### Task to complete
Print exactly the lines below between the line holding "Line((-7.5, 26.7), (-7.5, 18.3))" and the line holding "-17.734315), (-2.3, -17.5))", inclusive, and nothing more.

(Stored items)
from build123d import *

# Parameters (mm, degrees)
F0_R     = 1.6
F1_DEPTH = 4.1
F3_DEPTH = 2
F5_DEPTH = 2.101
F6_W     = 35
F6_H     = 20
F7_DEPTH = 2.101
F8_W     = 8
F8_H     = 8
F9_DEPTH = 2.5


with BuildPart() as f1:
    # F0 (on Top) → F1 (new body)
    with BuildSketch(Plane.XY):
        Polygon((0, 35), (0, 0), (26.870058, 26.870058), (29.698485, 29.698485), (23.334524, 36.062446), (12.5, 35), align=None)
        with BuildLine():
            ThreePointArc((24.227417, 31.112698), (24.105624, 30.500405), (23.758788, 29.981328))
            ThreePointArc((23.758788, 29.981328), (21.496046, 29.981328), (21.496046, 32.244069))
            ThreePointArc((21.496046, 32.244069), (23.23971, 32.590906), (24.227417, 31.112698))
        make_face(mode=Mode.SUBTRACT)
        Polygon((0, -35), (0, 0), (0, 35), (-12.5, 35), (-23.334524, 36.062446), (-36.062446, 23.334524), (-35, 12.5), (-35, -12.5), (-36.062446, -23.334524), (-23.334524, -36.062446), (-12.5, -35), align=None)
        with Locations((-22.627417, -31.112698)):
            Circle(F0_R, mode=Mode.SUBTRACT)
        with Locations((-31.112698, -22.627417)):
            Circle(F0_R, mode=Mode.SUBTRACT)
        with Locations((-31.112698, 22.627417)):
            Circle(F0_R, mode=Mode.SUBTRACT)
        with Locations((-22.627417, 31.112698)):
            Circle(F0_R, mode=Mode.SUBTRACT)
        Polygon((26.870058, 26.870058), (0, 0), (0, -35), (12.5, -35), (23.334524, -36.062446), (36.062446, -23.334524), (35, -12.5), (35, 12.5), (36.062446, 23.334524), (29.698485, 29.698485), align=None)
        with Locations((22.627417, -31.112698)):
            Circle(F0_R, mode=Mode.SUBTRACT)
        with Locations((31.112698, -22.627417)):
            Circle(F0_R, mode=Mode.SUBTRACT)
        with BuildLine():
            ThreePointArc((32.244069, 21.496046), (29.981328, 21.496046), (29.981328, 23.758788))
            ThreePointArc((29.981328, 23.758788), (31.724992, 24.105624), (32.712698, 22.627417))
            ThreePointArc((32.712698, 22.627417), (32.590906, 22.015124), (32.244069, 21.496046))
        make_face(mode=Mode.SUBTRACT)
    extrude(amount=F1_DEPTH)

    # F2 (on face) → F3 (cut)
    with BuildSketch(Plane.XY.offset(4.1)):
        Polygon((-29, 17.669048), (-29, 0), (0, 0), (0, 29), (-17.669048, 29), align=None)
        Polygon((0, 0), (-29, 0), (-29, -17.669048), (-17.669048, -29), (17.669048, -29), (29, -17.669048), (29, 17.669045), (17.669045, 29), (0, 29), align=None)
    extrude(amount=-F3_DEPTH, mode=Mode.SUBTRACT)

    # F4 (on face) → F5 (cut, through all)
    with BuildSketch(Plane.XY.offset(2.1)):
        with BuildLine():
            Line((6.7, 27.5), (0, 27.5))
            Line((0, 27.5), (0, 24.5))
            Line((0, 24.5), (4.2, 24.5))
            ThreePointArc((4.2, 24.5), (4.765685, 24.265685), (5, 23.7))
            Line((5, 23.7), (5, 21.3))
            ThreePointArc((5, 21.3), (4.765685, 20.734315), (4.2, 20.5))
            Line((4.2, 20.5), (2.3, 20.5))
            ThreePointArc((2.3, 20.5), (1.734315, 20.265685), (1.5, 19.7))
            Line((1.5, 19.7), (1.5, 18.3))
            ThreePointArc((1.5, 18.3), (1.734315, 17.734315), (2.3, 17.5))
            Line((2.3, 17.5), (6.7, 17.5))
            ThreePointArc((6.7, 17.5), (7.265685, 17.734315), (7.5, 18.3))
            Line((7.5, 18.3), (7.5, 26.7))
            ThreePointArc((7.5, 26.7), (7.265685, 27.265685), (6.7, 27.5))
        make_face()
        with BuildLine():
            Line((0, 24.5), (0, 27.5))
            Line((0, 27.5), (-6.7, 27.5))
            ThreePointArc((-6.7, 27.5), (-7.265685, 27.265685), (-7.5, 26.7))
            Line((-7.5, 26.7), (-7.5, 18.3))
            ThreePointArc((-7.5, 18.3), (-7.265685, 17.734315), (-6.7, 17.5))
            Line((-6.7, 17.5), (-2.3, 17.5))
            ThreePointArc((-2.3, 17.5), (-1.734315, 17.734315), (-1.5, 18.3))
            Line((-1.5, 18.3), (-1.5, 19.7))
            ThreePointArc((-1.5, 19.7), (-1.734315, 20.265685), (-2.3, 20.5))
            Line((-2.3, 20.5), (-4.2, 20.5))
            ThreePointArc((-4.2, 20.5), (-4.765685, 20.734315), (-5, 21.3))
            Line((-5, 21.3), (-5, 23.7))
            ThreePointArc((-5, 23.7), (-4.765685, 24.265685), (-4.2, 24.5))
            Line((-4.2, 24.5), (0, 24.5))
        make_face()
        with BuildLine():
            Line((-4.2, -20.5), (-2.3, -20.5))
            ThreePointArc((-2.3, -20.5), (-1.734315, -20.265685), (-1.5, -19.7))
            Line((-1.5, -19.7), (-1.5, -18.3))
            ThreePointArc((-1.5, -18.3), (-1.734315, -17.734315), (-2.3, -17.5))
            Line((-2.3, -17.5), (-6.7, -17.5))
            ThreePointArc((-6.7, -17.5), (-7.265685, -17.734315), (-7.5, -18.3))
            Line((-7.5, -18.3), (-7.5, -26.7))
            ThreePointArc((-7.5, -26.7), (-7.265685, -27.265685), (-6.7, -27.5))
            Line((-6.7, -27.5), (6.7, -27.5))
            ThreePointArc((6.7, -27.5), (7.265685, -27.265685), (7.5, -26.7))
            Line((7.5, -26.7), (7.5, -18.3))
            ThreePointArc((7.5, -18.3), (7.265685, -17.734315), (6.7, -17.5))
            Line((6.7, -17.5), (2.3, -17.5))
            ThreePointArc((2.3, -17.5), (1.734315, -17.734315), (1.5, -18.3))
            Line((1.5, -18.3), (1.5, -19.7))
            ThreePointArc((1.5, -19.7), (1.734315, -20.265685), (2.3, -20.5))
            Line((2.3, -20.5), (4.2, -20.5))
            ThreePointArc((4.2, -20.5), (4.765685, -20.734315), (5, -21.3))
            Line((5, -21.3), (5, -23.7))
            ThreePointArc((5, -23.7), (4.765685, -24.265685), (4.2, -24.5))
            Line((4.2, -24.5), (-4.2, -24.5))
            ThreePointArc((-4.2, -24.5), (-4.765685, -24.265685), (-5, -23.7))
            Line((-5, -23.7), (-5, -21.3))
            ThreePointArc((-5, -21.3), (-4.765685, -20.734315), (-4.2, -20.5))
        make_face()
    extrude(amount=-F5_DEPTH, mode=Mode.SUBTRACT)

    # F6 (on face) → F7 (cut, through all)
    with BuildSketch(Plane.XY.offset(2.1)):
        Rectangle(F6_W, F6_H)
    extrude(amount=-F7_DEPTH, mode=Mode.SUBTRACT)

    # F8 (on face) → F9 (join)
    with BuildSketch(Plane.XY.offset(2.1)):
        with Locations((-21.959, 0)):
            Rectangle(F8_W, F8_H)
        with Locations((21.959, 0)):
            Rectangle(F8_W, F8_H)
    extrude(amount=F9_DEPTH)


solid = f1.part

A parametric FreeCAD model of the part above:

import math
import FreeCAD as App
import Part
import Sketcher

V = App.Vector
Q = App.Units.Quantity


def add_polygon(sketch, points):
    """Adds a closed chain of lines whose ends are joined by coincident constraints."""
    first, n = sketch.GeometryCount, len(points)
    for a, b in zip(points, points[1:] + points[:1]):
        sketch.addGeometry(Part.LineSegment(App.Vector(*a, 0), App.Vector(*b, 0)), False)
    for i in range(n):
        sketch.addConstraint(Sketcher.Constraint("Coincident", first + i, 2, first + (i + 1) % n, 1))

doc = App.newDocument("Part")
body = doc.addObject("PartDesign::Body", "Body")

# Sketch on XY plane
sketch1 = doc.addObject("Sketcher::SketchObject", "Sketch")
body.addObject(sketch1)
sketch1.AttachmentSupport = (doc.XY_Plane, [""])
sketch1.MapMode = "FlatFace"
add_polygon(sketch1, [(12.5, 35), (-12.5, 35), (-23.3, 36.1), (-36.1, 23.3), (-35, 12.5), (-35, -12.5), (-36.1, -23.3), (-23.3, -36.1), (-12.5, -35), (12.5, -35), (23.3, -36.1), (36.1, -23.3), (35, -12.5), (35, 12.5), (36.1, 23.3), (23.3, 36.1)])  # lines 0-15
sketch1.addGeometry(Part.Circle(V(-22.6, -31.1, 0), V(0, 0, 1), 1.6), False)  # 16
sketch1.addGeometry(Part.Circle(V(-31.1, -22.6, 0), V(0, 0, 1), 1.6), False)  # 17
sketch1.addGeometry(Part.Circle(V(22.6, -31.1, 0), V(0, 0, 1), 1.6), False)  # 18
sketch1.addGeometry(Part.Circle(V(31.1, -22.6, 0), V(0, 0, 1), 1.6), False)  # 19
sketch1.addGeometry(Part.Circle(V(-31.1, 22.6, 0), V(0, 0, 1), 1.6), False)  # 20
sketch1.addGeometry(Part.Circle(V(-22.6, 31.1, 0), V(0, 0, 1), 1.6), False)  # 21
sketch1.addGeometry(Part.ArcOfCircle(Part.Circle(V(31.1, 22.6, 0), V(0, 0, 1), 1.6), math.radians(-45), math.radians(0)), False)  # 22
sketch1.addGeometry(Part.ArcOfCircle(Part.Circle(V(31.1, 22.6, 0), V(0, 0, 1), 1.6), math.radians(135), math.radians(315)), False)  # 23
sketch1.addGeometry(Part.ArcOfCircle(Part.Circle(V(31.1, 22.6, 0), V(0, 0, 1), 1.6), math.radians(0), math.radians(135)), False)  # 24
sketch1.addGeometry(Part.ArcOfCircle(Part.Circle(V(22.6, 31.1, 0), V(0, 0, 1), 1.6), math.radians(0), math.radians(135)), False)  # 25
sketch1.addGeometry(Part.ArcOfCircle(Part.Circle(V(22.6, 31.1, 0), V(0, 0, 1), 1.6), math.radians(-45), math.radians(0)), False)  # 26
sketch1.addGeometry(Part.ArcOfCircle(Part.Circle(V(22.6, 31.1, 0), V(0, 0, 1), 1.6), math.radians(135), math.radians(315)), False)  # 27
sketch1.addConstraint([
    Sketcher.Constraint("Tangent", 22, 1, 23, 2),
    Sketcher.Constraint("Tangent", 23, 1, 24, 2),
    Sketcher.Constraint("Tangent", 24, 1, 22, 2),
    Sketcher.Constraint("Tangent", 25, 1, 26, 2),
    Sketcher.Constraint("Tangent", 26, 1, 27, 2),
    Sketcher.Constraint("Tangent", 27, 1, 25, 2),
    Sketcher.Constraint("Horizontal", 0),
    Sketcher.Constraint("Vertical", 4),
    Sketcher.Constraint("Horizontal", 8),
    Sketcher.Constraint("Vertical", 12),
    Sketcher.Constraint("Equal", 16, 17),
    Sketcher.Constraint("Equal", 17, 18),
    Sketcher.Constraint("Equal", 18, 19),
    Sketcher.Constraint("Equal", 19, 20),
    Sketcher.Constraint("Equal", 20, 21),
    Sketcher.Constraint("Equal", 21, 23),
    Sketcher.Constraint("Equal", 24, 25),
    Sketcher.Constraint("Symmetric", 19, 3, 20, 3, -1, 1),
    Sketcher.Constraint("Symmetric", 18, 3, 21, 3, -1, 1),
    Sketcher.Constraint("Symmetric", 17, 3, 22, 3, -1, 1),
    Sketcher.Constraint("Symmetric", 16, 3, 25, 3, -1, 1),
    Sketcher.Constraint("Symmetric", 0, 2, 8, 2, -1, 1),
    Sketcher.Constraint("Symmetric", 1, 2, 9, 2, -1, 1),
    Sketcher.Constraint("Symmetric", 2, 2, 10, 2, -1, 1),
    Sketcher.Constraint("Symmetric", 3, 2, 11, 2, -1, 1),
    Sketcher.Constraint("Symmetric", 5, 2, 13, 2, -1, 1),
    Sketcher.Constraint("Symmetric", 6, 2, 14, 2, -1, 1),
    Sketcher.Constraint("Symmetric", 16, 3, 18, 3, -2),
    Sketcher.Constraint("Symmetric", 17, 3, 19, 3, -2),
    Sketcher.Constraint("Symmetric", 6, 2, 9, 2, -2),
    Sketcher.Constraint("Symmetric", 5, 2, 10, 2, -2),
    Sketcher.Constraint("Perpendicular", 1, 5),
    Sketcher.Constraint("Perpendicular", 2, 6),
    Sketcher.Constraint("Perpendicular", 3, 7),
    Sketcher.Constraint("Perpendicular", 9, 13),
    Sketcher.Constraint("Perpendicular", 11, 15),
    Sketcher.Constraint("Horizontal", 4, 2, 11, 2),
    Sketcher.Constraint("Horizontal", 23, 3, 24, 1),
    Sketcher.Constraint("Horizontal", 27, 3, 25, 1),
    Sketcher.Constraint("Equal", 8, 4),
    Sketcher.Constraint("Equal", 1, 3),
    Sketcher.Constraint("Diameter", 16, Q("3.2 mm")),
    Sketcher.Constraint("DistanceX", 0, 2, 0, 1, Q("25 mm")),
    Sketcher.Constraint("Distance", 2, Q("18 mm")),
    Sketcher.Constraint("DistanceY", -1, 1, 0, 2, Q("35 mm")),
    Sketcher.Constraint("DistanceY", 16, 3, -1, 1, Q("31.112698 mm")),
    Sketcher.Constraint("DistanceX", 17, 3, -1, 1, Q("31.112698 mm")),
    Sketcher.Constraint("Distance", 1, Q("10.886492 mm")),
    Sketcher.Constraint("DistanceX", -1, 1, 22, 1, Q("32.244069 mm")),
    Sketcher.Constraint("DistanceY", -1, 1, 23, 1, Q("23.758788 mm")),
    Sketcher.Constraint("DistanceX", -1, 1, 26, 1, Q("23.758788 mm")),
    Sketcher.Constraint("DistanceY", -1, 1, 27, 1, Q("32.244069 mm")),
    Sketcher.Constraint("DistanceX", 17, 3, 16, 3, Q("8.485281 mm")),
    Sketcher.Constraint("DistanceY", 16, 3, 17, 3, Q("8.485281 mm")),
])
pad1 = doc.addObject("PartDesign::Pad", "Pad")
body.addObject(pad1)
pad1.Profile = sketch1
pad1.Length = 4.1

# Sketch on XY plane
sketch2 = doc.addObject("Sketcher::SketchObject", "Sketch001")
body.addObject(sketch2)
sketch2.AttachmentSupport = (doc.XY_Plane, [""])
sketch2.MapMode = "FlatFace"
sketch2.AttachmentOffset = App.Placement(V(0, 0, 4.1), App.Rotation())
add_polygon(sketch2, [(-29, 18), (-29, -18), (-18, -29), (18, -29), (29, -18), (29, 18), (18, 29), (-18, 29)])  # lines 0-7
sketch2.addConstraint([
    Sketcher.Constraint("Vertical", 0),
    Sketcher.Constraint("Horizontal", 2),
    Sketcher.Constraint("Vertical", 4),
    Sketcher.Constraint("Horizontal", 6),
    Sketcher.Constraint("Symmetric", 0, 2, 4, 2, -1, 1),
    Sketcher.Constraint("Symmetric", 1, 2, 5, 2, -1, 1),
    Sketcher.Constraint("Perpendicular", 1, 3),
    Sketcher.Constraint("Perpendicular", 5, 7),
    Sketcher.Constraint("Horizontal", 0, 2, 3, 2),
    Sketcher.Constraint("Vertical", 1, 2, 6, 2),
    Sketcher.Constraint("Equal", 2, 0),
    Sketcher.Constraint("Equal", 6, 4),
    Sketcher.Constraint("DistanceX", 0, 2, -1, 1, Q("29 mm")),
    Sketcher.Constraint("Distance", 5, Q("16.02439 mm")),
])
pocket1 = doc.addObject("PartDesign::Pocket", "Pocket")
body.addObject(pocket1)
pocket1.Profile = sketch2
pocket1.Length = 2

# Sketch on XY plane
sketch3 = doc.addObject("Sketcher::SketchObject", "Sketch002")
body.addObject(sketch3)
sketch3.AttachmentSupport = (doc.XY_Plane, [""])
sketch3.MapMode = "FlatFace"
sketch3.AttachmentOffset = App.Placement(V(0, 0, 2.1), App.Rotation())
sketch3.addGeometry([
    Part.LineSegment(V(6.7, 27.5, 0), V(-6.7, 27.5, 0)),  # 0
    Part.ArcOfCircle(Part.Circle(V(-6.7, 26.7, 0), V(0, 0, 1), 0.8), math.radians(90), math.radians(180)),  # 1
    Part.LineSegment(V(-7.5, 26.7, 0), V(-7.5, 18.3, 0)),  # 2
    Part.ArcOfCircle(Part.Circle(V(-6.7, 18.3, 0), V(0, 0, 1), 0.8), math.radians(-180), math.radians(-90)),  # 3
    Part.LineSegment(V(-6.7, 17.5, 0), V(-2.3, 17.5, 0)),  # 4
    Part.ArcOfCircle(Part.Circle(V(-2.3, 18.3, 0), V(0, 0, 1), 0.8), math.radians(-90), math.radians(0)),  # 5
    Part.LineSegment(V(-1.5, 18.3, 0), V(-1.5, 19.7, 0)),  # 6
    Part.ArcOfCircle(Part.Circle(V(-2.3, 19.7, 0), V(0, 0, 1), 0.8), math.radians(0), math.radians(90)),  # 7
    Part.LineSegment(V(-2.3, 20.5, 0), V(-4.2, 20.5, 0)),  # 8
    Part.ArcOfCircle(Part.Circle(V(-4.2, 21.3, 0), V(0, 0, 1), 0.8), math.radians(-180), math.radians(-90)),  # 9
    Part.LineSegment(V(-5, 21.3, 0), V(-5, 23.7, 0)),  # 10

### Written solution
            Line((-7.5, 26.7), (-7.5, 18.3))
            ThreePointArc((-7.5, 18.3), (-7.265685, 17.734315), (-6.7, 17.5))
            Line((-6.7, 17.5), (-2.3, 17.5))
            ThreePointArc((-2.3, 17.5), (-1.734315, 17.734315), (-1.5, 18.3))
            Line((-1.5, 18.3), (-1.5, 19.7))
            ThreePointArc((-1.5, 19.7), (-1.734315, 20.265685), (-2.3, 20.5))
            Line((-2.3, 20.5), (-4.2, 20.5))
            ThreePointArc((-4.2, 20.5), (-4.765685, 20.734315), (-5, 21.3))
            Line((-5, 21.3), (-5, 23.7))
            ThreePointArc((-5, 23.7), (-4.765685, 24.265685), (-4.2, 24.5))
            Line((-4.2, 24.5), (0, 24.5))
        make_face()
        with BuildLine():
            Line((-4.2, -20.5), (-2.3, -20.5))
            ThreePointArc((-2.3, -20.5), (-1.734315, -20.265685), (-1.5, -19.7))
            Line((-1.5, -19.7), (-1.5, -18.3))
            ThreePointArc((-1.5, -18.3), (-1.734315, -17.734315), (-2.3, -17.5))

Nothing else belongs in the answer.